Bitcoin is not the only alternative economic game in town, just the first to capture the global imagination. People have spent decades developing other ways of moving in the economy that do not leave the planet trashed and societies broken. This work goes under many different names: regenerative or steady-state economics, LETS systems, the solidarity economy, local living economies, local currencies, Time Trade and barter networks are just some of them. The intentions of each vary somewhat, but a common thread is to create social economic mechanisms that do not rely on debt, interest, inflation, exploitation, restricted access to capital, or continuous growth.

Bitcoin has a short and shadowy history. An entity named Satoshi Nakamoto is said to have come up with an idea for an electronic monetary system that would allow for both failsafe security and anonymity between parties. The intention was for a currency that could be used peer-to-peer safely with no middlemen. They developed the encryption process that would make it work, invented a way for additional Bitcoin to be created, and then handed the system over to the world. Nine years later a single Bitcoin, created out of thin air, has reached a value of over $17,000. With about 16 million Bitcoins in circulation the total value of the system hovers around $800 billion. In the last month alone its value has increased 70%.

Some say this cannot last. Articles in the Wall Street Journal and New York Times call it a bubble and predict a massive ‘readjustment.’ The value is completely speculative, and Bitcoin has completely lost its usefulness as a medium of exchanging goods and services. Why spend your Bitcoin if its value might double next week?
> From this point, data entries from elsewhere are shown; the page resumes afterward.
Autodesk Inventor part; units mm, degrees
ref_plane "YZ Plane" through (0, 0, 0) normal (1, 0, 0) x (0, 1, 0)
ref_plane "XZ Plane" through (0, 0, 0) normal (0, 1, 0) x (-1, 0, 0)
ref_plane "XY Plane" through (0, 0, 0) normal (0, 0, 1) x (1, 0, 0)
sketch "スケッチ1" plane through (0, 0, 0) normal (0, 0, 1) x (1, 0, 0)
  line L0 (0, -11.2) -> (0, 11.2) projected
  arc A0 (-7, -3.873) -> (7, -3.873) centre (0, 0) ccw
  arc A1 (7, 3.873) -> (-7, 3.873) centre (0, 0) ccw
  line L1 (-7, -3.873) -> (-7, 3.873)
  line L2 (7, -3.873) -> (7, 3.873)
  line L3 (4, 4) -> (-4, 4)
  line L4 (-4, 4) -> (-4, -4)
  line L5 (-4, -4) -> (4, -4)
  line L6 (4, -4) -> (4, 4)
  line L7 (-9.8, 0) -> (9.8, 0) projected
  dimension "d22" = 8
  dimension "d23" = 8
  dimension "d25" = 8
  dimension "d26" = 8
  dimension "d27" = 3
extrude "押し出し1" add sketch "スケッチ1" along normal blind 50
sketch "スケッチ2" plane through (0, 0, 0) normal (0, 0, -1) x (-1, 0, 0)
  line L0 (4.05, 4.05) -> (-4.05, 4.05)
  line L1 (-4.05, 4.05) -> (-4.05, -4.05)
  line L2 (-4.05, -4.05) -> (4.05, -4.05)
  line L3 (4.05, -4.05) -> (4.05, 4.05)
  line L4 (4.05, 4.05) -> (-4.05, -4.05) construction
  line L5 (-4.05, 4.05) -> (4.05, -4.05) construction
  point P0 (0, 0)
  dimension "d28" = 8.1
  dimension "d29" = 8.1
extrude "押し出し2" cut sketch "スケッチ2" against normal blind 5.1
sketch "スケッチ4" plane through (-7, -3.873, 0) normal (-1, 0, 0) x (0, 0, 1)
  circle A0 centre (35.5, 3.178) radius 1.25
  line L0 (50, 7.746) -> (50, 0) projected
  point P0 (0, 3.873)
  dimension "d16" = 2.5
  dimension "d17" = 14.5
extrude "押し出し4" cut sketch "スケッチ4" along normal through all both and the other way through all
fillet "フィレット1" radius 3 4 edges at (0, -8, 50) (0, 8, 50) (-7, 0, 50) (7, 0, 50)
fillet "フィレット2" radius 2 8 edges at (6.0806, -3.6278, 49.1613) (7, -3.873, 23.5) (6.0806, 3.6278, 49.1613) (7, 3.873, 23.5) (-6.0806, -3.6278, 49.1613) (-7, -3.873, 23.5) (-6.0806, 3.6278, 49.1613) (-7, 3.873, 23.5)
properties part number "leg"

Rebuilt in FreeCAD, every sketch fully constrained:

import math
import FreeCAD as App
import Part
import Sketcher


def edges_at(feature, points):
    """Names of the edges that pass closest to the given points."""
    edges = feature.Shape.Edges
    near = lambda p: min(range(len(edges)), key=lambda i: edges[i].distToShape(Part.Vertex(*p))[0])
    return sorted({f"Edge{near(p) + 1}" for p in points})

doc = App.newDocument("Part")
body = doc.addObject("PartDesign::Body", "Body")

# Sketch on XY plane
sketch1 = body.newObject("Sketcher::SketchObject", "Sketch")
sketch1.AttachmentSupport = (doc.getObject("XY_Plane"), [""])
sketch1.MapMode = "FlatFace"
sketch1.addGeometry(Part.ArcOfCircle(Part.Circle(App.Vector(0, 0, 0), App.Vector(0, 0, 1), 8), math.radians(-151), math.radians(-29)), False)
sketch1.addGeometry(Part.LineSegment(App.Vector(7, -4, 0), App.Vector(7, 4, 0)), False)
sketch1.addGeometry(Part.ArcOfCircle(Part.Circle(App.Vector(0, 0, 0), App.Vector(0, 0, 1), 8), math.radians(29), math.radians(151)), False)
sketch1.addGeometry(Part.LineSegment(App.Vector(-7, 4, 0), App.Vector(-7, -4, 0)), False)
sketch1.addConstraint(Sketcher.Constraint("Coincident", 0, 2, 1, 1))
sketch1.addConstraint(Sketcher.Constraint("Coincident", 1, 2, 2, 1))
sketch1.addConstraint(Sketcher.Constraint("Coincident", 2, 2, 3, 1))
sketch1.addConstraint(Sketcher.Constraint("Coincident", 3, 2, 0, 1))
sketch1.addConstraint(Sketcher.Constraint("Vertical", 1))
sketch1.addConstraint(Sketcher.Constraint("Vertical", 3))
sketch1.addConstraint(Sketcher.Constraint("Coincident", 0, 3, -1, 1))
sketch1.addConstraint(Sketcher.Constraint("Coincident", 2, 3, -1, 1))
sketch1.addConstraint(Sketcher.Constraint("Equal", 0, 2))
sketch1.addConstraint(Sketcher.Constraint("Horizontal", 1, 2, 2, 2))
sketch1.addConstraint(Sketcher.Constraint("Radius", 0, 8.0))
sketch1.addConstraint(Sketcher.Constraint("DistanceX", -1, 1, 0, 2, 7.0))
pad1 = body.newObject("PartDesign::Pad", "Pad")
pad1.Profile = sketch1
pad1.Length = 50

# Sketch on XY plane
sketch2 = body.newObject("Sketcher::SketchObject", "Sketch001")
sketch2.AttachmentSupport = (doc.getObject("XY_Plane"), [""])
sketch2.MapMode = "FlatFace"
sketch2.addGeometry(Part.LineSegment(App.Vector(-4, -4, 0), App.Vector(-4, 4, 0)), False)
sketch2.addGeometry(Part.LineSegment(App.Vector(-4, 4, 0), App.Vector(4, 4, 0)), False)
sketch2.addGeometry(Part.LineSegment(App.Vector(4, 4, 0), App.Vector(4, -4, 0)), False)
sketch2.addGeometry(Part.LineSegment(App.Vector(4, -4, 0), App.Vector(-4, -4, 0)), False)
sketch2.addConstraint(Sketcher.Constraint("Coincident", 0, 2, 1, 1))
sketch2.addConstraint(Sketcher.Constraint("Coincident", 1, 2, 2, 1))
sketch2.addConstraint(Sketcher.Constraint("Coincident", 2, 2, 3, 1))
sketch2.addConstraint(Sketcher.Constraint("Coincident", 3, 2, 0, 1))
sketch2.addConstraint(Sketcher.Constraint("Vertical", 0))
sketch2.addConstraint(Sketcher.Constraint("Horizontal", 1))
sketch2.addConstraint(Sketcher.Constraint("Vertical", 2))
sketch2.addConstraint(Sketcher.Constraint("Horizontal", 3))
sketch2.addConstraint(Sketcher.Constraint("Symmetric", 0, 2, 2, 2, -1, 1))
sketch2.addConstraint(Sketcher.Constraint("Equal", 3, 0))
sketch2.addConstraint(Sketcher.Constraint("DistanceX", 1, 1, 1, 2, 8.1))
pocket1 = body.newObject("PartDesign::Pocket", "Pocket")
pocket1.Profile = sketch2
pocket1.Length = 5.1
pocket1.Reversed = True

# Sketch on YZ plane
sketch3 = body.newObject("Sketcher::SketchObject", "Sketch002")
sketch3.AttachmentSupport = (doc.getObject("YZ_Plane"), [""])
sketch3.MapMode = "FlatFace"
sketch3.AttachmentOffset = App.Placement(App.Vector(0, 0, -7), App.Rotation())
sketch3.addGeometry(Part.Circle(App.Vector(-0.7, 35.5, 0), App.Vector(0, 0, 1), 1.2), False)
sketch3.addConstraint(Sketcher.Constraint("Diameter", 0, 2.5))
sketch3.addConstraint(Sketcher.Constraint("DistanceY", -1, 1, 0, 3, 35.5))
sketch3.addConstraint(Sketcher.Constraint("DistanceX", 0, 3, -1, 1, 0.695))
pocket2 = body.newObject("PartDesign::Pocket", "Pocket001")
pocket2.Profile = sketch3
pocket2.Type = "ThroughAll"
pocket2.Midplane = True
doc.recompute()

fillet = body.newObject("PartDesign::Fillet", "Fillet")
fillet.Base = (pocket2, edges_at(pocket2, [
    (0, -8, 50),
    (0, 8, 50),
    (-7, 0, 50),
    (7, 0, 50),
]))
fillet.Radius = 3
doc.recompute()

fillet2 = body.newObject("PartDesign::Fillet", "Fillet001")
fillet2.Base = (fillet, edges_at(fillet, [
    (6.081, -3.628, 49.161),
    (7, -3.873, 23.5),
    (6.081, 3.628, 49.161),
    (7, 3.873, 23.5),
    (-6.081, -3.628, 49.161),
    (-7, -3.873, 23.5),
    (-6.081, 3.628, 49.161),
    (-7, 3.873, 23.5),
]))
fillet2.Radius = 2

doc.recompute()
The process to create each Bitcoin, called mining or ‘proof-of-work,’ also requires tremendous amounts of electricity as specialized computers race through random number generation protocols to guess the next ‘chain’ in the Bitcoin blockchain sequence. It is estimated that this process uses almost 20 barrels of oil’s worth of electricity for each Bitcoin created. Every transaction where a Bitcoin[1] swaps hands takes 240 kilowatt hours of electricity at today’s rate[2], or enough to drive a Tesla model S sedan about 1,000 miles, and releases 260 pounds of carbon dioxide into the atmosphere.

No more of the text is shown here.